# Heidi Klum - Was läuft da mit ihrem Bodyguard?



## beachkini (31 Aug. 2012)

​
*Heidi Klum, 39, im Liebesglück? Es sieht ganz danach aus. Denn die Paparazzi-Fotos, die seit heute im Netz kursieren, zeigen die Model-Mama SEHR vertraut mit einem Mann. Wer der Glückliche ist? Ihr Bodyguard Lars!*

Auf den Schnappschüssen ist Heidi mit ihren Eltern und ihren Kids am Strand von Sardinien zu sehen, wo die "GNTM"-Jurorin derzeit die Seele baumeln lässt.

Mit von der Partie ist auch ihr Leibwächter Lars, der vertraut den Arm um sie legt, während die 39-Jährige ihn glücklich anstrahlt. Ungeschminkt, in einem Schlabber-Shirt: Für ihn kann das durch und durch perfekte Supermodel so sein, wie sie ist.

Auf einem anderen Foto sitzen die beiden eng umschlungen auf einem Felsen - und auch mit dem Klum-Nachwuchs Leni, Henri und Johan tobt der gut gebaute Angestellte ausgelassen herum. Schon seit Jahren ist er im Hause Klum angestellt - ging mit ihr durch dick und dünn.

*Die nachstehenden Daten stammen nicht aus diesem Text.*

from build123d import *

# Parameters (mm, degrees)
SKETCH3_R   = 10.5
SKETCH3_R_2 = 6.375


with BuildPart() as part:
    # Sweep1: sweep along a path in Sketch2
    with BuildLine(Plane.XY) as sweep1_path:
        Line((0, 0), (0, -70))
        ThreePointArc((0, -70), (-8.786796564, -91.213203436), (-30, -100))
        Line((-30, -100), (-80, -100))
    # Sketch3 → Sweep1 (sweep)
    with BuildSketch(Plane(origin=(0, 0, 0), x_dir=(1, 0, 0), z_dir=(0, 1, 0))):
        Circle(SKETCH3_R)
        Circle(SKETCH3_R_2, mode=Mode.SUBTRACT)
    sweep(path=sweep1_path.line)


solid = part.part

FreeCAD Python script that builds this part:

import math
import FreeCAD as App
import Part
import Sketcher
from FreeCAD import Vector
Q = App.Units.Quantity

doc = App.newDocument("Part")
body = doc.addObject("PartDesign::Body", "Body")

# Sketch on XZ plane
sketch1 = body.newObject("Sketcher::SketchObject", "Sketch")
sketch1.AttachmentSupport = (doc.getObject("XZ_Plane"), [""])
sketch1.MapMode = "FlatFace"
sketch1.addGeometry(Part.Circle(Vector(0, 0, 0), Vector(0, 0, 1), 10.5), False)
sketch1.addGeometry(Part.Circle(Vector(0, 0, 0), Vector(0, 0, 1), 6.375), False)
sketch1.addConstraint(Sketcher.Constraint("Coincident", 0, 3, -1, 1))
sketch1.addConstraint(Sketcher.Constraint("Coincident", 1, 3, -1, 1))
sketch1.addConstraint(Sketcher.Constraint("Diameter", 0, Q("21 mm")))
sketch1.addConstraint(Sketcher.Constraint("Diameter", 1, Q("12.75 mm")))

# Sketch on XY plane
sketch2 = body.newObject("Sketcher::SketchObject", "Sketch001")
sketch2.AttachmentSupport = (doc.getObject("XY_Plane"), [""])
sketch2.MapMode = "FlatFace"
sketch2.addGeometry(Part.LineSegment(Vector(0, 0, 0), Vector(0, -70, 0)), False)
sketch2.addGeometry(Part.ArcOfCircle(Part.Circle(Vector(-30, -70, 0), Vector(0, 0, 1), 30), math.radians(-90), math.radians(0)), False)
sketch2.addGeometry(Part.LineSegment(Vector(-30, -100, 0), Vector(-80, -100, 0)), False)
sketch2.addConstraint(Sketcher.Constraint("Tangent", 0, 2, 1, 2))
sketch2.addConstraint(Sketcher.Constraint("Tangent", 1, 1, 2, 1))
sketch2.addConstraint(Sketcher.Constraint("Vertical", 0))
sketch2.addConstraint(Sketcher.Constraint("Horizontal", 2))
sketch2.addConstraint(Sketcher.Constraint("Coincident", 0, 1, -1, 1))
sketch2.addConstraint(Sketcher.Constraint("Radius", 1, Q("30 mm")))
sketch2.addConstraint(Sketcher.Constraint("DistanceX", 2, 2, 2, 1, Q("50 mm")))
sketch2.addConstraint(Sketcher.Constraint("DistanceY", 0, 2, 0, 1, Q("70 mm")))
doc.recompute()

additivepipe = body.newObject("PartDesign::AdditivePipe", "AdditivePipe")
additivepipe.Profile = sketch1
additivepipe.Spine = (sketch2, ["Edge1", "Edge2", "Edge3"])

doc.recompute()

Nach der überraschenden Trennung von Schmusesänger Seal, 49, im Januar war Deutschlands erfolgreichstem Model-Export eine Beziehung zu ihrem "GNTM"-Kollegen Thomas Hayo nachgesagt worden. Doch die Gerüchte bestätigten sich nicht - und die Powerfrau und Werbe-Ikone hat nun ganz offensichtlich eine andere Schulter zum Anlehnen gefunden.

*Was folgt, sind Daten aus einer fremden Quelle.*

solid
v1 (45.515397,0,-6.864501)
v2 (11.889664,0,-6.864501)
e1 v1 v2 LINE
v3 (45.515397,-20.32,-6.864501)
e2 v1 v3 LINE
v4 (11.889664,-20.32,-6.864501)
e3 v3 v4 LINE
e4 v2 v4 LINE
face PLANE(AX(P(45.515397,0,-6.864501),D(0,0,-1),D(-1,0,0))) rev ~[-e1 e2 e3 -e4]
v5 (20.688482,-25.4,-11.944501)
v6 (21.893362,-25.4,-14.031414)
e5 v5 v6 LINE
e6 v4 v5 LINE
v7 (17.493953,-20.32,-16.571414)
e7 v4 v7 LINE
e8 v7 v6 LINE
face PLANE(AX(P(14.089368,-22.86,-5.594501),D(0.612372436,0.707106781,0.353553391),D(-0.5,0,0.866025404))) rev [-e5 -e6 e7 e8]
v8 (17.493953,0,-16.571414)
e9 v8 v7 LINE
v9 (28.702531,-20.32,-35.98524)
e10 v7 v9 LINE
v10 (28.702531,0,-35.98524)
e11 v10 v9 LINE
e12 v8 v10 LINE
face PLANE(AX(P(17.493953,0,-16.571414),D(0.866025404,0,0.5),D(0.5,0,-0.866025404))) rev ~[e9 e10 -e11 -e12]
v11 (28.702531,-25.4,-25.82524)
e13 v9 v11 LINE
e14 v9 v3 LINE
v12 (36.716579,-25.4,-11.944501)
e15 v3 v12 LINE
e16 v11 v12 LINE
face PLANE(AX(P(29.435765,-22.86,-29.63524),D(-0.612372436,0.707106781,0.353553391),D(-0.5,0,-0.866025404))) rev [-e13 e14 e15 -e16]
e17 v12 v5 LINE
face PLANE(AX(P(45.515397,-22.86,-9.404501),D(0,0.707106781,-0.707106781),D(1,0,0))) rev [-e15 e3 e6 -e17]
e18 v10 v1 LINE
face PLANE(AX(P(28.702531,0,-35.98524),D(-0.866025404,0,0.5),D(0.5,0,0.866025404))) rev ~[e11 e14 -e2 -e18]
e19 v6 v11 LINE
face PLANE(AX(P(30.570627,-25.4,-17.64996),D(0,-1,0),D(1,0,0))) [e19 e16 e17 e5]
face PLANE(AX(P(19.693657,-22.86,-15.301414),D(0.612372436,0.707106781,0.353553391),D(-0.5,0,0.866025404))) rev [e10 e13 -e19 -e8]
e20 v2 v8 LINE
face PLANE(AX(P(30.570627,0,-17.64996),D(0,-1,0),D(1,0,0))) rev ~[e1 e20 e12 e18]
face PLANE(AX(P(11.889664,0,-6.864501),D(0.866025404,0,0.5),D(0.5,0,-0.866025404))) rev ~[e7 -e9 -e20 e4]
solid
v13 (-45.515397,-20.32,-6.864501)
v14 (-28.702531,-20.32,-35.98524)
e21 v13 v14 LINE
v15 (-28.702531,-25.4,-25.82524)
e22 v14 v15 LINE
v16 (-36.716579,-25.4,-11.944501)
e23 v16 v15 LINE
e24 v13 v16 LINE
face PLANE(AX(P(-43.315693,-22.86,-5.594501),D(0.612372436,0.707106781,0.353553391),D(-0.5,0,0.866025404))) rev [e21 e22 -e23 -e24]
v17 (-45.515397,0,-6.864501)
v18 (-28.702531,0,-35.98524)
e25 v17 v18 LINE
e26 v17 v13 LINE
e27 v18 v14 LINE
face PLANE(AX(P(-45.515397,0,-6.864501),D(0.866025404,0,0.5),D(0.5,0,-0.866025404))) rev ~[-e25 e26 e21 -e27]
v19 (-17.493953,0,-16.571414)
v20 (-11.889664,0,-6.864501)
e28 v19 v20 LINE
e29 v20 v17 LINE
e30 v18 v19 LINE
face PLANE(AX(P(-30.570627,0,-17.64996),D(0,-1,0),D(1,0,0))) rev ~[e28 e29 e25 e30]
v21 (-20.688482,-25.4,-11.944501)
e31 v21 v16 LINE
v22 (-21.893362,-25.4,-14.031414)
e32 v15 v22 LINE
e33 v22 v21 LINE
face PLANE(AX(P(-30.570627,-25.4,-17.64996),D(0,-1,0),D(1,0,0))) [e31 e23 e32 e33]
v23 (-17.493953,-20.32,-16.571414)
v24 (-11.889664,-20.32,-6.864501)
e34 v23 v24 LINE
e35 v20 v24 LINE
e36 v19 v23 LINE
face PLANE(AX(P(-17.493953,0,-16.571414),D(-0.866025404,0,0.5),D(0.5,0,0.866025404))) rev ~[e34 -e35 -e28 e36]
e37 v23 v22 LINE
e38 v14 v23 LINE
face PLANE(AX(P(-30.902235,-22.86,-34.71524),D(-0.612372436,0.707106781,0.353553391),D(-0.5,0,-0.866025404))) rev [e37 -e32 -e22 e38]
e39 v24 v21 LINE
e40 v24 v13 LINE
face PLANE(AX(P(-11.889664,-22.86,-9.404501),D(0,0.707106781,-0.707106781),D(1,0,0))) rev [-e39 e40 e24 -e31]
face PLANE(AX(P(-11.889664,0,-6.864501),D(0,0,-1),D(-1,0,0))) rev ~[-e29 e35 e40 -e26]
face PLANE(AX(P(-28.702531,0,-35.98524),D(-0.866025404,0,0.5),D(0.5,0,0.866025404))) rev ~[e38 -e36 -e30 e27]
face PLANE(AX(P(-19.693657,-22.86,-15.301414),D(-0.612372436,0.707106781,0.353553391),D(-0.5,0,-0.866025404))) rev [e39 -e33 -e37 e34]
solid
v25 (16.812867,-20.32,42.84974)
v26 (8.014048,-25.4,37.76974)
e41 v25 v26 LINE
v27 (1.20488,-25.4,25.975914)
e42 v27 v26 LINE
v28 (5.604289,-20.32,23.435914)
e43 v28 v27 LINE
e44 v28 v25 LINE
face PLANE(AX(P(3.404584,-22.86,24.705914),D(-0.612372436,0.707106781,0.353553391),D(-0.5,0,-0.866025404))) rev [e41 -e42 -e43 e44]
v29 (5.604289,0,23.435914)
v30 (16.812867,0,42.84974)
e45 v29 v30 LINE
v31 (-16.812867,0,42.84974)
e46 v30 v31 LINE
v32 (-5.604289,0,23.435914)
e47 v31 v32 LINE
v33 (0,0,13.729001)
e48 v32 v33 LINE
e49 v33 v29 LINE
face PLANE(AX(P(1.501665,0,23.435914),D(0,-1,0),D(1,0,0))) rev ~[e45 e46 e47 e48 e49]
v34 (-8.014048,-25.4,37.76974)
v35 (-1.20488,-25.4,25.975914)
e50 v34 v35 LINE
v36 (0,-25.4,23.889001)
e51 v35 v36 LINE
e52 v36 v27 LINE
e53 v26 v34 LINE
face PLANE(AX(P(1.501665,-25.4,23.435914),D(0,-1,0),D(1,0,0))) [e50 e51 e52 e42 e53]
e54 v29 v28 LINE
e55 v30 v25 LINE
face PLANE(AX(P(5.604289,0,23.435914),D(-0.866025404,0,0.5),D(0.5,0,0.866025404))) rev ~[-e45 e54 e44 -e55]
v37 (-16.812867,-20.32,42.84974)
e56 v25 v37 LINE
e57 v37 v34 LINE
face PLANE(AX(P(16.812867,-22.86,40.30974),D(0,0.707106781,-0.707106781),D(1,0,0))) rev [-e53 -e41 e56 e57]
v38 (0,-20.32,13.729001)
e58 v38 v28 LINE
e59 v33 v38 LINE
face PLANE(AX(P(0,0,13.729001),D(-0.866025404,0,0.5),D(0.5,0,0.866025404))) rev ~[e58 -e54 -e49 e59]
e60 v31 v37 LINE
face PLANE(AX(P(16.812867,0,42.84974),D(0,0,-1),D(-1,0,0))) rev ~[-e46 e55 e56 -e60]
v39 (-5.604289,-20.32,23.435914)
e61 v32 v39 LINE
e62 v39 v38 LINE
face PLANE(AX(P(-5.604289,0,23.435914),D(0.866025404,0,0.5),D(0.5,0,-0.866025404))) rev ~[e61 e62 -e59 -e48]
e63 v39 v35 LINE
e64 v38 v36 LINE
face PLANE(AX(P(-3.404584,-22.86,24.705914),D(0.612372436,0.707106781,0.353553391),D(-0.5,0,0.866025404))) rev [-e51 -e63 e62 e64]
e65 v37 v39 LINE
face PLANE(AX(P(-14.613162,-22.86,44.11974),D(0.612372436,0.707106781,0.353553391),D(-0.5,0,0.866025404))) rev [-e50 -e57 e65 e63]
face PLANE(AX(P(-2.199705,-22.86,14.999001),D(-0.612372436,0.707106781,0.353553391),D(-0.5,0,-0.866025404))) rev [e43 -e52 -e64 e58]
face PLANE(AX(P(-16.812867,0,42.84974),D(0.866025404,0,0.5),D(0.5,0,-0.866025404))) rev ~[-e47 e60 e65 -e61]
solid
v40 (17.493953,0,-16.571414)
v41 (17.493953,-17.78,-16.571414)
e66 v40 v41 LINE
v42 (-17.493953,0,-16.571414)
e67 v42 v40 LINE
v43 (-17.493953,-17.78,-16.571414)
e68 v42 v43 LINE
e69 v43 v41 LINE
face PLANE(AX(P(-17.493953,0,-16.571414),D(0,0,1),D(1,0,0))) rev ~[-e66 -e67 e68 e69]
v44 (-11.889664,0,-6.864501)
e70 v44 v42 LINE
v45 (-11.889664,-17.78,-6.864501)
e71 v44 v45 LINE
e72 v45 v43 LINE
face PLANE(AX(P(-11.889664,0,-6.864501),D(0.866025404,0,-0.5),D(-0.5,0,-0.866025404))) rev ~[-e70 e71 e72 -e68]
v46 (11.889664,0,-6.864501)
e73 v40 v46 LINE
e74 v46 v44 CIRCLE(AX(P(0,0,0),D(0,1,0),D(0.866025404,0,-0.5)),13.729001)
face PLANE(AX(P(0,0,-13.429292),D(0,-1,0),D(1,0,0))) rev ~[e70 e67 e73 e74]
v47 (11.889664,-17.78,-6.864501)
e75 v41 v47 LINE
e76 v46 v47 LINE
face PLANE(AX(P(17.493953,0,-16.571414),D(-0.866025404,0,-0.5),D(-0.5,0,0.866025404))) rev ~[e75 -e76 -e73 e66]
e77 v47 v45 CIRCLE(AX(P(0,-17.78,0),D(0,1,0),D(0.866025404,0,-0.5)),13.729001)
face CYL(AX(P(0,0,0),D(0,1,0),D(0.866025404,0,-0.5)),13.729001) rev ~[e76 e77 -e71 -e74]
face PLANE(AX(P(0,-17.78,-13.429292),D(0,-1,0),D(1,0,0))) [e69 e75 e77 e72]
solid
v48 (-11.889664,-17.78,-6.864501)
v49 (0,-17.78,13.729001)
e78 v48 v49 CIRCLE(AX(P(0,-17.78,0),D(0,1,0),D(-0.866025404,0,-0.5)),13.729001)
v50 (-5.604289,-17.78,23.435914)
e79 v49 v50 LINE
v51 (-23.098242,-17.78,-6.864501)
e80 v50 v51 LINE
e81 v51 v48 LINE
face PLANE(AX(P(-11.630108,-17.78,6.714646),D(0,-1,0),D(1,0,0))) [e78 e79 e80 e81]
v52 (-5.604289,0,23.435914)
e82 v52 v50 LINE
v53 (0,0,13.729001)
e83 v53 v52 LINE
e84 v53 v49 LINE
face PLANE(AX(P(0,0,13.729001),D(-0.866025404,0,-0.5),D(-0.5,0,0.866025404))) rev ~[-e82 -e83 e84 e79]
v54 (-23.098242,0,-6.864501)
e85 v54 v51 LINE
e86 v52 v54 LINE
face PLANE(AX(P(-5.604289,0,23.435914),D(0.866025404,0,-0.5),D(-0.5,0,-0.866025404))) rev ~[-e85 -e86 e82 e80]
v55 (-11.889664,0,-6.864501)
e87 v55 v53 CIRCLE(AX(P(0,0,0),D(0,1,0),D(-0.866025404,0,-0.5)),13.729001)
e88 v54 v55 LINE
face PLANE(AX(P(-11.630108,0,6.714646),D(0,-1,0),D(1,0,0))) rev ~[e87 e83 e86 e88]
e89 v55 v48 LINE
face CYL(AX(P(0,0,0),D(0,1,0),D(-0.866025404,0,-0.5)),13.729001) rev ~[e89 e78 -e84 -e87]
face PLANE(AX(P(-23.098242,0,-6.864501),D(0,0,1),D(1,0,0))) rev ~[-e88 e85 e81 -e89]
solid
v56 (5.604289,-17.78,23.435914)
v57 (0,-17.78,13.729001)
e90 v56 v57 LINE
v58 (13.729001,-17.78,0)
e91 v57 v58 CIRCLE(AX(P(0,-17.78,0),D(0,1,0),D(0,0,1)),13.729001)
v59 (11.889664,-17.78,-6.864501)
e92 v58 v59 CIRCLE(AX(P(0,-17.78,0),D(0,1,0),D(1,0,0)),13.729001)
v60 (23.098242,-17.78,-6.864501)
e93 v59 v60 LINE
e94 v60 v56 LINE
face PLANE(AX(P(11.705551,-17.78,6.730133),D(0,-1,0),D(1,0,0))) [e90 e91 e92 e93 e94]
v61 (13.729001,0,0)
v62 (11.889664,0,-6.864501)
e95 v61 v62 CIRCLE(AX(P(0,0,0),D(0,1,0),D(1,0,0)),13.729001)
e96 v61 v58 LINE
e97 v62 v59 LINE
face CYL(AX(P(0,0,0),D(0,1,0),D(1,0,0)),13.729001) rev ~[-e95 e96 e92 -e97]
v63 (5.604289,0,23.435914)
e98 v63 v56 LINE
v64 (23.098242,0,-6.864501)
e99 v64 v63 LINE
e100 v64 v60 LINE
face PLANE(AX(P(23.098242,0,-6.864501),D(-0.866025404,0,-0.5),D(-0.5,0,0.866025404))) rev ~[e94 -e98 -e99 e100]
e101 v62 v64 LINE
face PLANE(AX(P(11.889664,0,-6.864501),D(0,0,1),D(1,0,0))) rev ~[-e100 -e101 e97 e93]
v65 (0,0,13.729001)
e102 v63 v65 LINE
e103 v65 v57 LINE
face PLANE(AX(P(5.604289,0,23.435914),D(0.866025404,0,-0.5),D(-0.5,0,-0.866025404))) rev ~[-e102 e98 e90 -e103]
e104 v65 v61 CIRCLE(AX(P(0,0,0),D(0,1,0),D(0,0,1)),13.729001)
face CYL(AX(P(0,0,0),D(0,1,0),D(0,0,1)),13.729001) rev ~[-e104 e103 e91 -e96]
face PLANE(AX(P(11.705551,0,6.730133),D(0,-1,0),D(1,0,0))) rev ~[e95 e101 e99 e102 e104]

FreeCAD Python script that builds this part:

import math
import FreeCAD as App
import Part
import Sketcher
from FreeCAD import Vector
Q = App.Units.Quantity


def edges_at(feature, points):
    """Names of the edges that pass closest to the given points."""
    edges = feature.Shape.Edges
    near = lambda p: min(range(len(edges)), key=lambda i: edges[i].distToShape(Part.Vertex(*p))[0])
    return sorted({f"Edge{near(p) + 1}" for p in points})


def add_polygon(sketch, points):
    """Adds a closed chain of lines whose ends are joined by coincident constraints."""
    first, n = sketch.GeometryCount, len(points)
    for a, b in zip(points, points[1:] + points[:1]):
        sketch.addGeometry(Part.LineSegment(App.Vector(*a, 0), App.Vector(*b, 0)), False)
    for i in range(n):
        sketch.addConstraint(Sketcher.Constraint("Coincident", first + i, 2, first + (i + 1) % n, 1))

doc = App.newDocument("Part")
body = doc.addObject("PartDesign::Body", "Body")

sketch1 = body.newObject("Sketcher::SketchObject", "Sketch")
sketch1.AttachmentSupport = (doc.getObject("XZ_Plane"), [""])
sketch1.MapMode = "FlatFace"
add_polygon(sketch1, [(46, -7), (12, -7), (17, -17), (29, -36)])
sketch1.addConstraint([
    Sketcher.Constraint("Horizontal", 0),
    Sketcher.Constraint("Parallel", 1, 2),
    Sketcher.Constraint("Angle", 1, Q("-60 deg")),
    Sketcher.Constraint("Angle", 3, Q("60 deg")),
    Sketcher.Constraint("DistanceY", 0, 2, -1, 1, Q("6.864501 mm")),
    Sketcher.Constraint("DistanceX", 0, 2, 0, 1, Q("33.625733 mm")),
    Sketcher.Constraint("DistanceX", -1, 1, 2, 2, Q("28.702531 mm")),
    Sketcher.Constraint("DistanceX", 0, 2, 1, 2, Q("5.604289 mm")),
])
pad1 = body.newObject("PartDesign::Pad", "Pad")
pad1.Profile = sketch1
pad1.Length = Q("1 in")
doc.recompute()

chamfer = body.newObject("PartDesign::Chamfer", "Chamfer")
chamfer.Base = (pad1, edges_at(pad1, [(28.703, -25.4, -6.865), (23.098, -25.4, -26.278)]))
chamfer.Size = Q("0.2 in")
doc.recompute()

chamfer2 = body.newObject("PartDesign::Chamfer", "Chamfer001")
chamfer2.Base = (chamfer, edges_at(chamfer, [(37.109, -25.4, -21.425)]))
chamfer2.Size = Q("0.2 in")
body2 = doc.addObject("PartDesign::Body", "Body001")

Und die "Project Runway"-Moderatorin ist ganz auf Kuschelkurs: Andere Paparazzi-Fotos zeigen sie beim Oben-Ohne-Sonnenbad im Pool - Seite an Seite mit ihrem Bodyguard, der ihr liebevoll auf den Po klopft.

Er spendet Heidi Trost und Geborgenheit. Und das kann die Alleinerziehende durchaus brauchen ...
(ok-magazin.de)


----------



## Nicci72 (31 Aug. 2012)

Ja, war doch klar, dass Heidi nich´ lange solo bleibt, oder Wie gesagt, ich bin überzeugt, dass da irgendwann auch noch Nr. 5 kommt. Wo sind übrigens die OO-Pics vom Pool-Plantschen:thx: Heidi iss neben Kate Moss nämlich wirklich die zweite verlässliche Topless-"Hardcore"-Celebrity...


----------



## FCB_Cena (1 Sep. 2012)

Nicci72 schrieb:


> Ja, war doch klar, dass Heidi nich´ lange solo bleibt, oder Wie gesagt, ich bin überzeugt, dass da irgendwann auch noch Nr. 5 kommt. Wo sind übrigens die OO-Pics vom Pool-Plantschen:thx: Heidi iss neben Kate Moss nämlich wirklich die zweite verlässliche Topless-"Hardcore"-Celebrity...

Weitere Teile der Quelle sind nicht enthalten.